Any guidelines are entirely your own. At the very least I'd say when the dog is 100% housebroken and reliable about letting you know when they need to go out, and 100% reliable about not chewing or getting into stuff when unattended. 

My dogs still sleep in their crates in the bedroom at 6+ and 3+ years old. I'm sure they would be fine all night even if I didn't crate them, but I can sleep in on the weekend and they hang out quietly in their crates until I decide to get up, rather than jumping on my face at 5:30 when the alarm normally goes off on work days!


----------



## qbchottu

Puddi has slept outside the crate since day one. I got her at about 3 months old and took about 2 weeks to house train. She HATES the crate because she was a neglect case and lived the first few weeks of her life in a crate. She slept next to me and whenever she got restless, I took her outside. We had accidents, but I would rather clean up pee than let her chew herself to bits inside the crate. If I ever have to confine her, I put her in the laundry room which doesn't bother her like the crate does. 

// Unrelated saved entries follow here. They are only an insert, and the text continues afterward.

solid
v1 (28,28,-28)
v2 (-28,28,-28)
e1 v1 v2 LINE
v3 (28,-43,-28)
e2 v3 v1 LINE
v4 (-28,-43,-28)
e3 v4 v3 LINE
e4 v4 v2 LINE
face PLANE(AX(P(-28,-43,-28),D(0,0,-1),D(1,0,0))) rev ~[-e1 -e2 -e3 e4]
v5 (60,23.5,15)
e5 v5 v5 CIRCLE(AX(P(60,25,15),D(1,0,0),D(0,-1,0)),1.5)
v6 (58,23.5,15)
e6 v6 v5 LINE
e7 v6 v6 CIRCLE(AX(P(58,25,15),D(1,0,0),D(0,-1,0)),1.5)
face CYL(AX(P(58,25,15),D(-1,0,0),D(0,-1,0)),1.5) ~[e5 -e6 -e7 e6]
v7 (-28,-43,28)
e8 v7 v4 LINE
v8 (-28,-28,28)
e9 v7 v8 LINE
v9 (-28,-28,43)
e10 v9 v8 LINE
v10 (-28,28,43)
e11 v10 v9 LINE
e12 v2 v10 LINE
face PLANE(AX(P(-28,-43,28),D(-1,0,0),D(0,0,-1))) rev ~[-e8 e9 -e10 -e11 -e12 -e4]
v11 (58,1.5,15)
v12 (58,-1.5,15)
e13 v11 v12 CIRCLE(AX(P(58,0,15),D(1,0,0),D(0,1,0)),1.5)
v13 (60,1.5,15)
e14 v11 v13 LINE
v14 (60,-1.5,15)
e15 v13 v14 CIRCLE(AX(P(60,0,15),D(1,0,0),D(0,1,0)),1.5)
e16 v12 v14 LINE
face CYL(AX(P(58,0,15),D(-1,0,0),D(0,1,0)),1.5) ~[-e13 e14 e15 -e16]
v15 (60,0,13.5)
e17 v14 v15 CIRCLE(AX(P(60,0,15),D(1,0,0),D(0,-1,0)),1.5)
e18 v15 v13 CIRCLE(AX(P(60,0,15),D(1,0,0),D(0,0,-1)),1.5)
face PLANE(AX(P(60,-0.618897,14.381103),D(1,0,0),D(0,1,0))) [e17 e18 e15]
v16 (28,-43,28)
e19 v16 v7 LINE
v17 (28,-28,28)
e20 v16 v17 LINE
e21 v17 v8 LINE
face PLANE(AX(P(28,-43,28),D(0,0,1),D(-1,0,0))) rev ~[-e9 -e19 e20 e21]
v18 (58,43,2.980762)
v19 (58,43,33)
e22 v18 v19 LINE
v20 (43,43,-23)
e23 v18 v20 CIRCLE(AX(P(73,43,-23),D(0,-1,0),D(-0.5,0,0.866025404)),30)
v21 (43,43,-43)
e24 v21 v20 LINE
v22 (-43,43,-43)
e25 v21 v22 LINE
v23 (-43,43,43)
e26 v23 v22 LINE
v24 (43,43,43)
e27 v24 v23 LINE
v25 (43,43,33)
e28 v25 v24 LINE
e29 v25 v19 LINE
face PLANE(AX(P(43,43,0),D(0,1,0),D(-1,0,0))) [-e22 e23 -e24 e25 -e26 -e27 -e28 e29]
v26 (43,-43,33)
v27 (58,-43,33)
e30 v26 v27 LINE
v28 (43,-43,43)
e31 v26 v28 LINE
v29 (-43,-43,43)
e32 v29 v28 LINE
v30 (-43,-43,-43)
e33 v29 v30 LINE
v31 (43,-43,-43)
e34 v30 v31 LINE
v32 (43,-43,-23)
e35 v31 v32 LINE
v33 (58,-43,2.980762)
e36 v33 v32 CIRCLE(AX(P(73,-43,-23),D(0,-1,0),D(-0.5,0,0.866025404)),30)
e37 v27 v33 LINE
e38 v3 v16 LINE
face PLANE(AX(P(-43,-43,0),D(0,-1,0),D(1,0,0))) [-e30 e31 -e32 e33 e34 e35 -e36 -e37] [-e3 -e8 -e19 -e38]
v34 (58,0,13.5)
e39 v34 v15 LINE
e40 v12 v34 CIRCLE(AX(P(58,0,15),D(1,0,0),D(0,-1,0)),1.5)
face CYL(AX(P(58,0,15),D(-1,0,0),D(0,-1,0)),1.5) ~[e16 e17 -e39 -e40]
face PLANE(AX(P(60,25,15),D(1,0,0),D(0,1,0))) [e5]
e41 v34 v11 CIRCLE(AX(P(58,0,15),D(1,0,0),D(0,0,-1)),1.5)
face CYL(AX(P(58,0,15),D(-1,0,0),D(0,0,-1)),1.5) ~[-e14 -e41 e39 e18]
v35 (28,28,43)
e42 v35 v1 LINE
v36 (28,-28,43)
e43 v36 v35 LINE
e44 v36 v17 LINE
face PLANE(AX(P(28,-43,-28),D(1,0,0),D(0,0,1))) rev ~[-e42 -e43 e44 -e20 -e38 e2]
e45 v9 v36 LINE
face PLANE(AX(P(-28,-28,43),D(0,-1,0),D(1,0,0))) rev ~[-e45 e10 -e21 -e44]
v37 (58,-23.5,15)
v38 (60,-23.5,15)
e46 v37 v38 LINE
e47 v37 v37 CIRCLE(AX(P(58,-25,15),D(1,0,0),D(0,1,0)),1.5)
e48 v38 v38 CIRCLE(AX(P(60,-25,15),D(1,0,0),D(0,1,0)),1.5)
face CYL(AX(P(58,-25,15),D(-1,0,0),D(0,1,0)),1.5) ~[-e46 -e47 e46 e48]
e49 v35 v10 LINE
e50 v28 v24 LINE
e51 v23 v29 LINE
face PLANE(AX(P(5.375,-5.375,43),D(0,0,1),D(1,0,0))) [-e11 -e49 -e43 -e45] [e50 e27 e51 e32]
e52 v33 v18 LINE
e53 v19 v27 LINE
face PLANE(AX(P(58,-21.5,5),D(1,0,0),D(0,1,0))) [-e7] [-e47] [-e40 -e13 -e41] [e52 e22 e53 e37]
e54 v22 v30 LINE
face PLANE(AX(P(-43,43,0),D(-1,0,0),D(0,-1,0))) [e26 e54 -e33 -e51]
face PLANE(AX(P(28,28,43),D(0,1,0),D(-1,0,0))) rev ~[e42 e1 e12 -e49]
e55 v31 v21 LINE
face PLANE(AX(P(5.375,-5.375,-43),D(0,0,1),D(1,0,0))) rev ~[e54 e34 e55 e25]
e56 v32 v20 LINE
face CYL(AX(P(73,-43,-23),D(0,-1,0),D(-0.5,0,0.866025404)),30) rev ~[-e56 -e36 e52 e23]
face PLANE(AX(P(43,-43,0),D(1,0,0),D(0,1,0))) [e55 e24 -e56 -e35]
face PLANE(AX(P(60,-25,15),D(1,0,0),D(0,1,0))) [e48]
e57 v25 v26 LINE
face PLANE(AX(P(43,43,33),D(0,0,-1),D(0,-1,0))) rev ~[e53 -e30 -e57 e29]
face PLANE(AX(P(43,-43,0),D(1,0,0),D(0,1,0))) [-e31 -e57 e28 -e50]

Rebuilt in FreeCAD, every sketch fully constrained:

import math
import FreeCAD as App
import Part
import Sketcher
Q = App.Units.Quantity


def add_polygon(sketch, points):
    """Adds a closed chain of lines whose ends are joined by coincident constraints."""
    first, n = sketch.GeometryCount, len(points)
    for a, b in zip(points, points[1:] + points[:1]):
        sketch.addGeometry(Part.LineSegment(App.Vector(*a, 0), App.Vector(*b, 0)), False)
    for i in range(n):
        sketch.addConstraint(Sketcher.Constraint("Coincident", first + i, 2, first + (i + 1) % n, 1))

doc = App.newDocument("Part")
body = doc.addObject("PartDesign::Body", "Body")

# Sketch on XY plane
sketch1 = body.newObject("Sketcher::SketchObject", "Sketch")
sketch1.AttachmentSupport = (doc.getObject("XY_Plane"), [""])
sketch1.MapMode = "FlatFace"
add_polygon(sketch1, [(-43, -43), (43, -43), (43, 43), (-43, 43)])  # lines 0-3
sketch1.addConstraint([
    Sketcher.Constraint("Horizontal", 0),
    Sketcher.Constraint("Vertical", 1),
    Sketcher.Constraint("Horizontal", 2),
    Sketcher.Constraint("Vertical", 3),
    Sketcher.Constraint("Symmetric", 0, 2, 2, 2, -1, 1),
    Sketcher.Constraint("Equal", 2, 1),
    Sketcher.Constraint("DistanceX", 0, 1, 0, 2, Q("86 mm")),
])
pad1 = body.newObject("PartDesign::Pad", "Pad")
pad1.Profile = sketch1
pad1.Type = "TwoLengths"
pad1.Length = 43
pad1.Length2 = 43

# Sketch on XY plane
sketch2 = body.newObject("Sketcher::SketchObject", "Sketch001")
sketch2.AttachmentSupport = (doc.getObject("XY_Plane"), [""])
sketch2.MapMode = "FlatFace"
sketch2.AttachmentOffset = App.Placement(App.Vector(0, 0, 43), App.Rotation())
add_polygon(sketch2, [(-28, 28), (-28, -28), (28, -28), (28, 28)])  # lines 0-3
sketch2.addConstraint([
    Sketcher.Constraint("Vertical", 0),
    Sketcher.Constraint("Horizontal", 1),
    Sketcher.Constraint("Vertical", 2),
    Sketcher.Constraint("Horizontal", 3),
    Sketcher.Constraint("Symmetric", 0, 2, 2, 2, -1, 1),
    Sketcher.Constraint("Equal", 3, 0),
    Sketcher.Constraint("DistanceX", 1, 1, 1, 2, Q("56 mm")),
])
pocket1 = body.newObject("PartDesign::Pocket", "Pocket")
pocket1.Profile = sketch2
pocket1.Length = 71

# Sketch on XZ plane
sketch3 = body.newObject("Sketcher::SketchObject", "Sketch002")
sketch3.AttachmentSupport = (doc.getObject("XZ_Plane"), [""])
sketch3.MapMode = "FlatFace"
sketch3.AttachmentOffset = App.Placement(App.Vector(0, 0, 43), App.Rotation())
add_polygon(sketch3, [(-28, 28), (-28, -28), (28, -28), (28, 28)])  # lines 0-3
sketch3.addConstraint([
    Sketcher.Constraint("Vertical", 0),
    Sketcher.Constraint("Horizontal", 1),
    Sketcher.Constraint("Vertical", 2),
    Sketcher.Constraint("Horizontal", 3),
    Sketcher.Constraint("Symmetric", 0, 2, 2, 2, -1, 1),
    Sketcher.Constraint("Equal", 3, 0),
    Sketcher.Constraint("DistanceX", 1, 1, 1, 2, Q("56 mm")),
])
pocket2 = body.newObject("PartDesign::Pocket", "Pocket001")
pocket2.Profile = sketch3
pocket2.Length = 71

# Sketch on YZ plane
sketch4 = body.newObject("Sketcher::SketchObject", "Sketch003")
sketch4.AttachmentSupport = (doc.getObject("YZ_Plane"), [""])
sketch4.MapMode = "FlatFace"
sketch4.AttachmentOffset = App.Placement(App.Vector(0, 0, 43), App.Rotation())
add_polygon(sketch4, [(-43, 33), (-43, -23), (43, -23), (43, 33)])  # lines 0-3
sketch4.addConstraint([
    Sketcher.Constraint("Vertical", 0),
    Sketcher.Constraint("Horizontal", 1),
    Sketcher.Constraint("Vertical", 2),
    Sketcher.Constraint("Horizontal", 3),
    Sketcher.Constraint("DistanceX", 1, 1, 1, 2, Q("86 mm")),
    Sketcher.Constraint("DistanceY", 0, 2, 0, 1, Q("56 mm")),
    Sketcher.Constraint("DistanceX", 0, 2, -1, 1, Q("43 mm")),
    Sketcher.Constraint("DistanceY", 0, 2, -1, 1, Q("23 mm")),
])
pad2 = body.newObject("PartDesign::Pad", "Pad001")
pad2.Profile = sketch4
pad2.Length = 15

# Sketch on XZ plane
sketch5 = body.newObject("Sketcher::SketchObject", "Sketch004")
sketch5.AttachmentSupport = (doc.getObject("XZ_Plane"), [""])
sketch5.MapMode = "FlatFace"
sketch5.AttachmentOffset = App.Placement(App.Vector(0, 0, 43), App.Rotation())
sketch5.addGeometry([
    Part.LineSegment(App.Vector(68, 7, 0), App.Vector(68, 6.58, 0)),  # 0
    Part.ArcOfCircle(Part.Circle(App.Vector(73, -23, 0), App.Vector(0, 0, 1), 30), math.radians(90), math.radians(99.59)),  # 1
    Part.LineSegment(App.Vector(73, 7, 0), App.Vector(68, 7, 0)),  # 2
    Part.ArcOfCircle(Part.Circle(App.Vector(73, -23, 0), App.Vector(0, 0, 1), 30), math.radians(120), math.radians(180)),  # 3
    Part.LineSegment(App.Vector(43, -23, 0), App.Vector(58, -23, 0)),  # 4
    Part.LineSegment(App.Vector(58, -23, 0), App.Vector(58, 2.98, 0)),  # 5
], False)
sketch5.addConstraint([
    Sketcher.Constraint("Coincident", 0, 2, 1, 2),
    Sketcher.Constraint("Tangent", 1, 1, 2, 1),
    Sketcher.Constraint("Coincident", 2, 2, 0, 1),
    Sketcher.Constraint("Coincident", 3, 2, 4, 1),
    Sketcher.Constraint("Coincident", 4, 2, 5, 1),
    Sketcher.Constraint("Coincident", 5, 2, 3, 1),
    Sketcher.Constraint("Vertical", 0),
    Sketcher.Constraint("Horizontal", 2),
    Sketcher.Constraint("Horizontal", 4),
    Sketcher.Constraint("Vertical", 5),
    Sketcher.Constraint("Coincident", 3, 3, 1, 3),
    Sketcher.Constraint("Equal", 1, 3),
    Sketcher.Constraint("Horizontal", 1, 3, 3, 2),
    Sketcher.Constraint("Radius", 1, Q("30 mm")),
    Sketcher.Constraint("DistanceX", 2, 2, 2, 1, Q("5 mm")),
    Sketcher.Constraint("DistanceX", 4, 1, 4, 2, Q("15 mm")),
    Sketcher.Constraint("DistanceX", -1, 1, 1, 3, Q("73 mm")),
    Sketcher.Constraint("DistanceY", 1, 3, -1, 1, Q("23 mm")),
])
pocket3 = body.newObject("PartDesign::Pocket", "Pocket002")
pocket3.Profile = sketch5
pocket3.Length = 100

# Sketch on YZ plane
sketch6 = body.newObject("Sketcher::SketchObject", "Sketch005")
sketch6.AttachmentSupport = (doc.getObject("YZ_Plane"), [""])
sketch6.MapMode = "FlatFace"
sketch6.AttachmentOffset = App.Placement(App.Vector(0, 0, 58), App.Rotation())
sketch6.addGeometry([
    Part.ArcOfCircle(Part.Circle(App.Vector(0, 15, 0), App.Vector(0, 0, 1), 1.5), math.radians(180), math.radians(270)),  # 0
    Part.ArcOfCircle(Part.Circle(App.Vector(0, 15, 0), App.Vector(0, 0, 1), 1.5), math.radians(-90), math.radians(0)),  # 1
    Part.ArcOfCircle(Part.Circle(App.Vector(0, 15, 0), App.Vector(0, 0, 1), 1.5), math.radians(0), math.radians(180)),  # 2
    Part.Circle(App.Vector(-25, 15, 0), App.Vector(0, 0, 1), 1.5),  # 3
    Part.Circle(App.Vector(25, 15, 0), App.Vector(0, 0, 1), 1.5),  # 4
], False)
sketch6.addConstraint([
    Sketcher.Constraint("Tangent", 0, 2, 1, 1),
    Sketcher.Constraint("Tangent", 1, 2, 2, 1),
    Sketcher.Constraint("Tangent", 2, 2, 0, 1),
    Sketcher.Constraint("Equal", 2, 3),
    Sketcher.Constraint("Equal", 3, 4),
    Sketcher.Constraint("Symmetric", 3, 3, 4, 3, -2),
    Sketcher.Constraint("Symmetric", 1, 2, 2, 2, -2),
    Sketcher.Constraint("PointOnObject", 0, 2, -2),
    Sketcher.Constraint("Horizontal", 2, 3, 3, 3),
    Sketcher.Constraint("Horizontal", 4, 3, 1, 2),
    Sketcher.Constraint("Diameter", 3, Q("3 mm")),
    Sketcher.Constraint("DistanceY", -1, 1, 0, 3, Q("15 mm")),
    Sketcher.Constraint("DistanceX", 3, 3, -1, 1, Q("25 mm")),
])
pad3 = body.newObject("PartDesign::Pad", "Pad002")
pad3.Profile = sketch6
pad3.Length = 2

doc.recompute()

Whiskey was in his crate the first couple of weeks before he was allowed to sleep outside at night. I got him at about 6 months old and it took me 2 weeks to house train him. He still prefers to sleep in his crate with the door open. 

Wiva only spent one night in the crate. She came to me at 10 months though so it's different. It took me about a week and a half to potty train her. 

I just make sure to cut water at about 9. Take them out for potty at 10 and they should be ok till morning. My dogs will wake me up if they have to go out during the night (in case of emergency diarrhea). So as you can see, every dog is different. Just make the change when it feels right for you.


----------



## kitmcd

My pup is 5 months and I have wondered about this too. Of all the dogs I've had in my life, she is first one with which I used crate and honestly I really can't remember how I did it without one!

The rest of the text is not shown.